Para além do circunstancial e do óbvio apelo sensacionalista de todo o caso, O Adversário convoca uma reflexão profunda sobre o que constitui uma identidade humana funcional e verdadeira. As respostas vagas e nunca definitivas, remetem para os preocupantes indícios semeados ao longo das suas páginas. A vida de Jean-Claude Romand era virada para o exterior, para as expectativas a atingir e o estatuto social a manter a todo o custo, perante a alternativa inconcebível de encarar o cenário oposto: a vergonha do fracasso e de uma mentira que tomou proporções criminosas e incontroláveis. Romand não era mais do que a sua rotina secreta e a personagem ficcional pública, mesmo na intimidade do lar. “Uma mentira, normalmente, serve para encobrir uma verdade, algo de que talvez tenhamos vergonha, mas que é real. A sua não encobria nada. Sob o falso doutor Romand não havia nenhum verdadeiro Jean-Claude Romand.” (79)

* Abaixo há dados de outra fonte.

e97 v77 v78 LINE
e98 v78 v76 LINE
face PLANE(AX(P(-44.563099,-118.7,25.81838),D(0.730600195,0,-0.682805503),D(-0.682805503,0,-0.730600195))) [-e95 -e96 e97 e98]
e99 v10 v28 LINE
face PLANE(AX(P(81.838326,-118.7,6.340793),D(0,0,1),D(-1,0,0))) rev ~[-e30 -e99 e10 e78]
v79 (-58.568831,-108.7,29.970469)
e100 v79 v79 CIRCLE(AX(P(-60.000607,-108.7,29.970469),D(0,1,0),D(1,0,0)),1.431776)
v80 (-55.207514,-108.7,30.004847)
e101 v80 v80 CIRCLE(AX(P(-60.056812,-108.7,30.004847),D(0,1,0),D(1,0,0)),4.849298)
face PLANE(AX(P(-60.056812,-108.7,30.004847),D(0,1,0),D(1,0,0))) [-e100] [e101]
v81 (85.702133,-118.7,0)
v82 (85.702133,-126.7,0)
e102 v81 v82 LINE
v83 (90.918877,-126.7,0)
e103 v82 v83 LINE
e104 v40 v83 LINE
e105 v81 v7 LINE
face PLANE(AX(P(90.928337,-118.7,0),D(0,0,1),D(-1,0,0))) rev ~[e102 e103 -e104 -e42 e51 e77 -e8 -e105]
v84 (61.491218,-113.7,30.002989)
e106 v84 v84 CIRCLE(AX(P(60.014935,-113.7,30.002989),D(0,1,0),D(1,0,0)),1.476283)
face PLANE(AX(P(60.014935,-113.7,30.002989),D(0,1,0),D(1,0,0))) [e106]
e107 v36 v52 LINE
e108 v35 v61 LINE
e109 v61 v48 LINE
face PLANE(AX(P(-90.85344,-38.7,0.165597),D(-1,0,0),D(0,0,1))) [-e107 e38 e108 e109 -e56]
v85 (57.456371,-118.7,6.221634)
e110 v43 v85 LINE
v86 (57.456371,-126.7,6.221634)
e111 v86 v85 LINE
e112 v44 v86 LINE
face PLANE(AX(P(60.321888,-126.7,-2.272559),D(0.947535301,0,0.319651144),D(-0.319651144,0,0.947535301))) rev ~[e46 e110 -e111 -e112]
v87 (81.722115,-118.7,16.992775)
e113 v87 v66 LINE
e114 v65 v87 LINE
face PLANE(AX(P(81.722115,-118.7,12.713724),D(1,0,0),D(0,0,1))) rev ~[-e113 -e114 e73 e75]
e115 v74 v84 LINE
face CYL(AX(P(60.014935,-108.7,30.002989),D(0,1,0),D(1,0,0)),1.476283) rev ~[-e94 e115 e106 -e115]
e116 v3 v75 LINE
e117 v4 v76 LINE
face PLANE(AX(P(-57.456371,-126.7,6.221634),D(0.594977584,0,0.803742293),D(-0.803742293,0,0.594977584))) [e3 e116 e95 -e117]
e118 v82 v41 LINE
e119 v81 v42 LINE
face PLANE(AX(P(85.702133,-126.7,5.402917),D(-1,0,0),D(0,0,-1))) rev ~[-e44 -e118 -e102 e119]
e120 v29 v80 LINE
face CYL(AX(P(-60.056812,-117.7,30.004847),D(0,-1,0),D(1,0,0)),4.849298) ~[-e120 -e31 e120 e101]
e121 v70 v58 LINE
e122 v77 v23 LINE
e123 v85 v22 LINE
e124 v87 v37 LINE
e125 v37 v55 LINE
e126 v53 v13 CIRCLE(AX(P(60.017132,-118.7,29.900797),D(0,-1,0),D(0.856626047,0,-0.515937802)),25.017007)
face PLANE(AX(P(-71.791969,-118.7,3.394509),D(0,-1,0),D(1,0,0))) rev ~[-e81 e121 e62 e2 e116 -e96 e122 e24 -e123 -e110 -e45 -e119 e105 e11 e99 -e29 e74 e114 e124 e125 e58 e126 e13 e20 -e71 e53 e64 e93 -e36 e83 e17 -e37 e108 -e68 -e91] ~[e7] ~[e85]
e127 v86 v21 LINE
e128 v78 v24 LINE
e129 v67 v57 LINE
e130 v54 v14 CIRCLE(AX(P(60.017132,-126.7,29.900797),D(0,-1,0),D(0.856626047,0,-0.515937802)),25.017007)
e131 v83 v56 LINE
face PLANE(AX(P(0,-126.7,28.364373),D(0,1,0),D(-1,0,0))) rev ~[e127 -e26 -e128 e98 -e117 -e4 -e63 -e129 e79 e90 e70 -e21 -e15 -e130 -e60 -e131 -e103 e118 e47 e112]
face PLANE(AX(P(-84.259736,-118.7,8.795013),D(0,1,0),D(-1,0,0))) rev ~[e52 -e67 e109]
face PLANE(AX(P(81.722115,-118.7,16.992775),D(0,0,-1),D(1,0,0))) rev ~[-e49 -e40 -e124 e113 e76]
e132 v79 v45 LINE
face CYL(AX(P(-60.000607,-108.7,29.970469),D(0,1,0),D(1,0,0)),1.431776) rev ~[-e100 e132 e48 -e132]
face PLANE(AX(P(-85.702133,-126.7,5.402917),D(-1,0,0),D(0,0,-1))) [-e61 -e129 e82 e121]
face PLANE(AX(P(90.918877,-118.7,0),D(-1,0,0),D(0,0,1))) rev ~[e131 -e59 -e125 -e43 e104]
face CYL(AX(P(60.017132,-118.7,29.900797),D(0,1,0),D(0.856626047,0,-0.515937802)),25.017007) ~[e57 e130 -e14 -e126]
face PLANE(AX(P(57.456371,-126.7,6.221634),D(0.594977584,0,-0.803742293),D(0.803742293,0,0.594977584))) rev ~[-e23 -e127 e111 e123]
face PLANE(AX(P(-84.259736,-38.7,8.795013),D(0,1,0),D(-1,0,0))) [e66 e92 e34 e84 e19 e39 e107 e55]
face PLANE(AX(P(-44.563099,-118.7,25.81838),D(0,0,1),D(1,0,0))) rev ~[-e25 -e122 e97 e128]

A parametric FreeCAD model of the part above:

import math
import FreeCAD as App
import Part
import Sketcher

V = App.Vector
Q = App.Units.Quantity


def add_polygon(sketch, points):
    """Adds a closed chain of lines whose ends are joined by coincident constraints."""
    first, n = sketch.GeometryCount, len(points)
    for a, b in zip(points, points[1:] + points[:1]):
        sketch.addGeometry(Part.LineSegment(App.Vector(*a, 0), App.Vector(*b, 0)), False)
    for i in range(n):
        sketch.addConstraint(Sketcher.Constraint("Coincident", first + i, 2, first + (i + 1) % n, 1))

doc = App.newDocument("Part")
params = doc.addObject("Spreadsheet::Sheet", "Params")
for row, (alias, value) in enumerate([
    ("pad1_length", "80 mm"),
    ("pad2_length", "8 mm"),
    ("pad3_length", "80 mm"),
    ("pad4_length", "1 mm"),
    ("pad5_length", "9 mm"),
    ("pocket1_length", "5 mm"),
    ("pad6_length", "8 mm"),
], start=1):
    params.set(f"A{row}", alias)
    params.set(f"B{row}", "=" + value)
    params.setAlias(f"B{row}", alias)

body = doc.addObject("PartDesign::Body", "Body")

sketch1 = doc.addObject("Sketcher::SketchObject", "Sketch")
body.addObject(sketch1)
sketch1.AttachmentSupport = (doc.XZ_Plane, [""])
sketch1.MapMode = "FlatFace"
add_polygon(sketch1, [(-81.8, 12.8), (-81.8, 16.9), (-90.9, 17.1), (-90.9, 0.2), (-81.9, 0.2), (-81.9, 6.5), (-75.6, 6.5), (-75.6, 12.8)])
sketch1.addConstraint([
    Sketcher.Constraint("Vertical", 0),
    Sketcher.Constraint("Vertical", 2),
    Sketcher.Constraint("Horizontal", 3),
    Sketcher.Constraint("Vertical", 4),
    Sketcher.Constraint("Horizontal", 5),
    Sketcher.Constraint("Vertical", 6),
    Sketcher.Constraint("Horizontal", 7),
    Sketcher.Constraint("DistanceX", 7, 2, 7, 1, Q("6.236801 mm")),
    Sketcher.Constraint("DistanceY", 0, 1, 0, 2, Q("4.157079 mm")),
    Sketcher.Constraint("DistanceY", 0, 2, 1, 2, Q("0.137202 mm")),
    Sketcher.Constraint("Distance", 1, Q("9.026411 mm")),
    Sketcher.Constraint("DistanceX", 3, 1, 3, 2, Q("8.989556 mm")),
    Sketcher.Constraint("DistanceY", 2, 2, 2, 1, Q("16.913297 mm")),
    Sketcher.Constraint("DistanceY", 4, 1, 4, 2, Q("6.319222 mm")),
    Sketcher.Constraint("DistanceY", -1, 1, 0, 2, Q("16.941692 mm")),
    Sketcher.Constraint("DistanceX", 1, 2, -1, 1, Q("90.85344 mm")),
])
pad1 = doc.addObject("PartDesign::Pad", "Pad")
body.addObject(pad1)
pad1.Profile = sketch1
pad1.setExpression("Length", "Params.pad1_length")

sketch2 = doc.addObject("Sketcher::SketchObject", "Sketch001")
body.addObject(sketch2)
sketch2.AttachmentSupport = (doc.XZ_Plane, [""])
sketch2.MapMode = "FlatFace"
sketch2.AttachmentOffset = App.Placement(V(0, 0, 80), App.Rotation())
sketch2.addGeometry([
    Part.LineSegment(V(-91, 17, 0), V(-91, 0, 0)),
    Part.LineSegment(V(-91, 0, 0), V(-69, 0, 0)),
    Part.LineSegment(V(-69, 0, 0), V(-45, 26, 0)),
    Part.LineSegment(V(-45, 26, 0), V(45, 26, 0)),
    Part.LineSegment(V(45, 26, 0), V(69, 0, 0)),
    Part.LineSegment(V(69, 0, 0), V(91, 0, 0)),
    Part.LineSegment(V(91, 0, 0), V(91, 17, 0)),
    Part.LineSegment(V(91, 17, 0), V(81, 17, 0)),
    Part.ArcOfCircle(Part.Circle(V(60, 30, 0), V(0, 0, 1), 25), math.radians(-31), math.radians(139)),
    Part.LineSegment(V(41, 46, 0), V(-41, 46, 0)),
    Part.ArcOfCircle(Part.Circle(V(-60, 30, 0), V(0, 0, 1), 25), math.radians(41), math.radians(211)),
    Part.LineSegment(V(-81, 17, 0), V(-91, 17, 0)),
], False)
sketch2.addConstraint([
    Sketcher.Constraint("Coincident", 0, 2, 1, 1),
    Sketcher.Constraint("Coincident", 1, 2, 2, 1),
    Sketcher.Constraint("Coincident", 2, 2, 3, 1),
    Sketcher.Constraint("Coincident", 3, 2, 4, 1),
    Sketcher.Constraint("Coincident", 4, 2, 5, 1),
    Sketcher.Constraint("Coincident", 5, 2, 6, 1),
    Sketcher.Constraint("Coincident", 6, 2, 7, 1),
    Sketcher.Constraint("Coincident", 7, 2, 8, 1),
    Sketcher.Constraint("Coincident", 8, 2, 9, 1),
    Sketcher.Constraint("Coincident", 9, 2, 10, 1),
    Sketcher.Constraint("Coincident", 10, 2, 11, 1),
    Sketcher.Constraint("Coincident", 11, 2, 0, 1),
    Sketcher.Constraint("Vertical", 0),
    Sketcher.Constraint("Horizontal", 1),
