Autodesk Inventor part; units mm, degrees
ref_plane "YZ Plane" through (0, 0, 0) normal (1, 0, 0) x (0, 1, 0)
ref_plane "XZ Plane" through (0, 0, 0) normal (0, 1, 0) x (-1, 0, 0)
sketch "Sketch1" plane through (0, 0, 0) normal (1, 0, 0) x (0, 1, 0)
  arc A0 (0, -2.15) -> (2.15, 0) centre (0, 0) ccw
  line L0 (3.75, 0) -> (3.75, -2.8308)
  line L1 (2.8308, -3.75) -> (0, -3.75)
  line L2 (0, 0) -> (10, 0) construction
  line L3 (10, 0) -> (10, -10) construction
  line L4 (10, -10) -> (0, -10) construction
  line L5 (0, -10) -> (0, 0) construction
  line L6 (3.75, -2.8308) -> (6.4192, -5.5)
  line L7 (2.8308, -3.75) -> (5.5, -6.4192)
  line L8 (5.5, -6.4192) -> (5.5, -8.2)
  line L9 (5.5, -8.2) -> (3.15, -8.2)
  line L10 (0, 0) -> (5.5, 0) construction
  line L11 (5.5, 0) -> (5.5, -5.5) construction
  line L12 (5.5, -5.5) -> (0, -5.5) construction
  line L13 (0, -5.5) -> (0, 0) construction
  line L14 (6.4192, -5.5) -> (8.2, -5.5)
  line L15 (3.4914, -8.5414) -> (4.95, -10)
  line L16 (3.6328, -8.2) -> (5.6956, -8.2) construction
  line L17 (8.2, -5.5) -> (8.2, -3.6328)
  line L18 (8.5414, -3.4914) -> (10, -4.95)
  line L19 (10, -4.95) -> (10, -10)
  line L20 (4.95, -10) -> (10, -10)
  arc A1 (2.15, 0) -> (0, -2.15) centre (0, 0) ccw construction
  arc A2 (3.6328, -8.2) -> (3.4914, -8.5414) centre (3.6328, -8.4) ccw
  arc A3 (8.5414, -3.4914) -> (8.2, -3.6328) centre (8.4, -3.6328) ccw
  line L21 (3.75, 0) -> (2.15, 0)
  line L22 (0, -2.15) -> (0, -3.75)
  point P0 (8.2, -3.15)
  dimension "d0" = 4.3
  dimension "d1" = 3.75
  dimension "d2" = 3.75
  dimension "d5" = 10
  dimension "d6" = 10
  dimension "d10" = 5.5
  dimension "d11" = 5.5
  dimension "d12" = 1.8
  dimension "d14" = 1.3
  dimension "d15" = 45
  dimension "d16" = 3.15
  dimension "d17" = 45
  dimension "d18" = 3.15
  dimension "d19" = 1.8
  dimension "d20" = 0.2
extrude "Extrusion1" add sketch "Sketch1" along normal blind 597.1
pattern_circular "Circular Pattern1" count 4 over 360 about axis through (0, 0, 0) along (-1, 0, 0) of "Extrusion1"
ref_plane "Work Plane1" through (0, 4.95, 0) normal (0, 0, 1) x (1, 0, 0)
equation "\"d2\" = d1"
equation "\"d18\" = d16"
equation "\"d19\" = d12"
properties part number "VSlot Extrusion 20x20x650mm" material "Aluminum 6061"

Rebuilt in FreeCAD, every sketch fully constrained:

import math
import FreeCAD as App
import Part
import Sketcher
from FreeCAD import Vector
Q = App.Units.Quantity

doc = App.newDocument("Part")
params = doc.addObject("Spreadsheet::Sheet", "Params")
for row, (alias, value) in enumerate([
    ("sketch1_radius", "0.2 mm"),
    ("sketch1_radius2", "2.15 mm"),
    ("sketch1_width", "5.05 mm"),
    ("pad1_length", "597.1 mm"),
], start=1):
    params.set(f"A{row}", alias)
    params.set(f"B{row}", "=" + value)
    params.setAlias(f"B{row}", alias)

body = doc.addObject("PartDesign::Body", "Body")

sketch1 = body.newObject("Sketcher::SketchObject", "Sketch")
sketch1.AttachmentSupport = (doc.getObject("YZ_Plane"), [""])
sketch1.MapMode = "FlatFace"
sketch1.addGeometry(Part.ArcOfCircle(Part.Circle(Vector(0, 0, 0), Vector(0, 0, 1), 2.15), math.radians(-90), math.radians(0)), False)
sketch1.addGeometry(Part.LineSegment(Vector(0, -2.15, 0), Vector(0, -3.75, 0)), False)
sketch1.addGeometry(Part.LineSegment(Vector(0, -3.75, 0), Vector(2.83, -3.75, 0)), False)
sketch1.addGeometry(Part.LineSegment(Vector(2.83, -3.75, 0), Vector(5.5, -6.42, 0)), False)
sketch1.addGeometry(Part.LineSegment(Vector(5.5, -6.42, 0), Vector(5.5, -8.2, 0)), False)
sketch1.addGeometry(Part.LineSegment(Vector(5.5, -8.2, 0), Vector(3.63, -8.2, 0)), False)
sketch1.addGeometry(Part.ArcOfCircle(Part.Circle(Vector(3.63, -8.4, 0), Vector(0, 0, 1), 0.2), math.radians(90), math.radians(225)), False)
sketch1.addGeometry(Part.LineSegment(Vector(3.49, -8.54, 0), Vector(4.95, -10, 0)), False)
sketch1.addGeometry(Part.LineSegment(Vector(4.95, -10, 0), Vector(10, -10, 0)), False)
sketch1.addGeometry(Part.LineSegment(Vector(10, -10, 0), Vector(10, -4.95, 0)), False)
sketch1.addGeometry(Part.LineSegment(Vector(10, -4.95, 0), Vector(8.54, -3.49, 0)), False)
sketch1.addGeometry(Part.ArcOfCircle(Part.Circle(Vector(8.4, -3.63, 0), Vector(0, 0, 1), 0.2), math.radians(45), math.radians(180)), False)
sketch1.addGeometry(Part.LineSegment(Vector(8.2, -3.63, 0), Vector(8.2, -5.5, 0)), False)
sketch1.addGeometry(Part.LineSegment(Vector(8.2, -5.5, 0), Vector(6.42, -5.5, 0)), False)
sketch1.addGeometry(Part.LineSegment(Vector(6.42, -5.5, 0), Vector(3.75, -2.83, 0)), False)
sketch1.addGeometry(Part.LineSegment(Vector(3.75, -2.83, 0), Vector(3.75, 0, 0)), False)
sketch1.addGeometry(Part.LineSegment(Vector(3.75, 0, 0), Vector(2.15, 0, 0)), False)
sketch1.addConstraint(Sketcher.Constraint("Coincident", 0, 1, 1, 1))
sketch1.addConstraint(Sketcher.Constraint("Coincident", 1, 2, 2, 1))
sketch1.addConstraint(Sketcher.Constraint("Coincident", 2, 2, 3, 1))
sketch1.addConstraint(Sketcher.Constraint("Coincident", 3, 2, 4, 1))
sketch1.addConstraint(Sketcher.Constraint("Coincident", 4, 2, 5, 1))
sketch1.addConstraint(Sketcher.Constraint("Tangent", 5, 2, 6, 1))
sketch1.addConstraint(Sketcher.Constraint("Tangent", 6, 2, 7, 1))
sketch1.addConstraint(Sketcher.Constraint("Coincident", 7, 2, 8, 1))
sketch1.addConstraint(Sketcher.Constraint("Coincident", 8, 2, 9, 1))
sketch1.addConstraint(Sketcher.Constraint("Coincident", 9, 2, 10, 1))
sketch1.addConstraint(Sketcher.Constraint("Tangent", 10, 2, 11, 1))
sketch1.addConstraint(Sketcher.Constraint("Tangent", 11, 2, 12, 1))
sketch1.addConstraint(Sketcher.Constraint("Coincident", 12, 2, 13, 1))
sketch1.addConstraint(Sketcher.Constraint("Coincident", 13, 2, 14, 1))
sketch1.addConstraint(Sketcher.Constraint("Coincident", 14, 2, 15, 1))
sketch1.addConstraint(Sketcher.Constraint("Coincident", 15, 2, 16, 1))
sketch1.addConstraint(Sketcher.Constraint("Coincident", 16, 2, 0, 2))
sketch1.addConstraint(Sketcher.Constraint("Vertical", 1))
sketch1.addConstraint(Sketcher.Constraint("Horizontal", 2))
sketch1.addConstraint(Sketcher.Constraint("Vertical", 4))
sketch1.addConstraint(Sketcher.Constraint("Horizontal", 5))
sketch1.addConstraint(Sketcher.Constraint("Horizontal", 8))
sketch1.addConstraint(Sketcher.Constraint("Vertical", 9))
sketch1.addConstraint(Sketcher.Constraint("Vertical", 12))
sketch1.addConstraint(Sketcher.Constraint("Horizontal", 13))
sketch1.addConstraint(Sketcher.Constraint("Vertical", 15))
sketch1.addConstraint(Sketcher.Constraint("Horizontal", 16))
sketch1.addConstraint(Sketcher.Constraint("Coincident", 0, 3, -1, 1))
sketch1.addConstraint(Sketcher.Constraint("Equal", 6, 11))
sketch1.addConstraint(Sketcher.Constraint("PointOnObject", 0, 1, -2))
sketch1.addConstraint(Sketcher.Constraint("PointOnObject", 15, 2, -1))
sketch1.addConstraint(Sketcher.Constraint("Parallel", 3, 7))
sketch1.addConstraint(Sketcher.Constraint("Parallel", 7, 10))
sketch1.addConstraint(Sketcher.Constraint("Parallel", 10, 14))
sketch1.addConstraint(Sketcher.Constraint("Equal", 16, 1))
sketch1.addConstraint(Sketcher.Constraint("Equal", 13, 4))
sketch1.addConstraint(Sketcher.Constraint("Equal", 8, 9))
sketch1.addConstraint(Sketcher.Constraint("Equal", 5, 12))
sketch1.addConstraint(Sketcher.Constraint("Equal", 2, 15))
sketch1.addConstraint(Sketcher.Constraint("Equal", 7, 10))
sketch1.addConstraint(Sketcher.Constraint("Equal", 3, 14))
sketch1.addConstraint(Sketcher.Constraint("Radius", 6, Q("0.2 mm")))
sketch1.addConstraint(Sketcher.Constraint("Radius", 0, Q("2.15 mm")))
sketch1.addConstraint(Sketcher.Constraint("DistanceY", 7, 2, -1, 1, Q("10 mm")))
sketch1.addConstraint(Sketcher.Constraint("DistanceX", -1, 1, 3, 2, Q("5.5 mm")))
sketch1.addConstraint(Sketcher.Constraint("DistanceY", 7, 2, 4, 2, Q("1.8 mm")))
sketch1.addConstraint(Sketcher.Constraint("DistanceY", 1, 2, -1, 1, Q("3.75 mm")))
sketch1.addConstraint(Sketcher.Constraint("DistanceX", 8, 1, 8, 2, Q("5.05 mm")))
sketch1.addConstraint(Sketcher.Constraint("DistanceX", 2, 1, 2, 2, Q("2.8308 mm")))
sketch1.setExpression("Constraints[41]", "Params.sketch1_radius")
sketch1.setExpression("Constraints[42]", "Params.sketch1_radius2")
sketch1.setExpression("Constraints[47]", "Params.sketch1_width")
pad1 = body.newObject("PartDesign::Pad", "Pad")
pad1.Profile = sketch1
pad1.setExpression("Length", "Params.pad1_length")
doc.recompute()

polarpattern = body.newObject("PartDesign::PolarPattern", "PolarPattern")
polarpattern.Originals = [pad1]
polarpattern.Axis = (doc.getObject("X_Axis"), [""])
polarpattern.Angle = 360
polarpattern.Occurrences = 4
body.Tip = polarpattern

doc.recompute()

Os mistérios da mente e a sua capacidade de camuflagem das emoções são imensos, mas o que Emanuele Carrère aqui escancara é o absurdo da nossa existência e da mecânica envolvida na criação de uma personalidade, através do retrato exímio do seu extremo mais negro e inexplicável: um mitómano homicida, “um autómato, privado de qualquer capacidade de sentir, mas programado para analisar estímulos externos e ajustar-lhes as suas reacções.” (142) No entanto, assume sempre os dilemas e a culpa de, através da sua obra, perpetuar o estereótipo do criminoso que se torna famoso na exacta proporção da violência do seu crime.
Jean-Claude Romand foi libertado no final de Abril de 2019.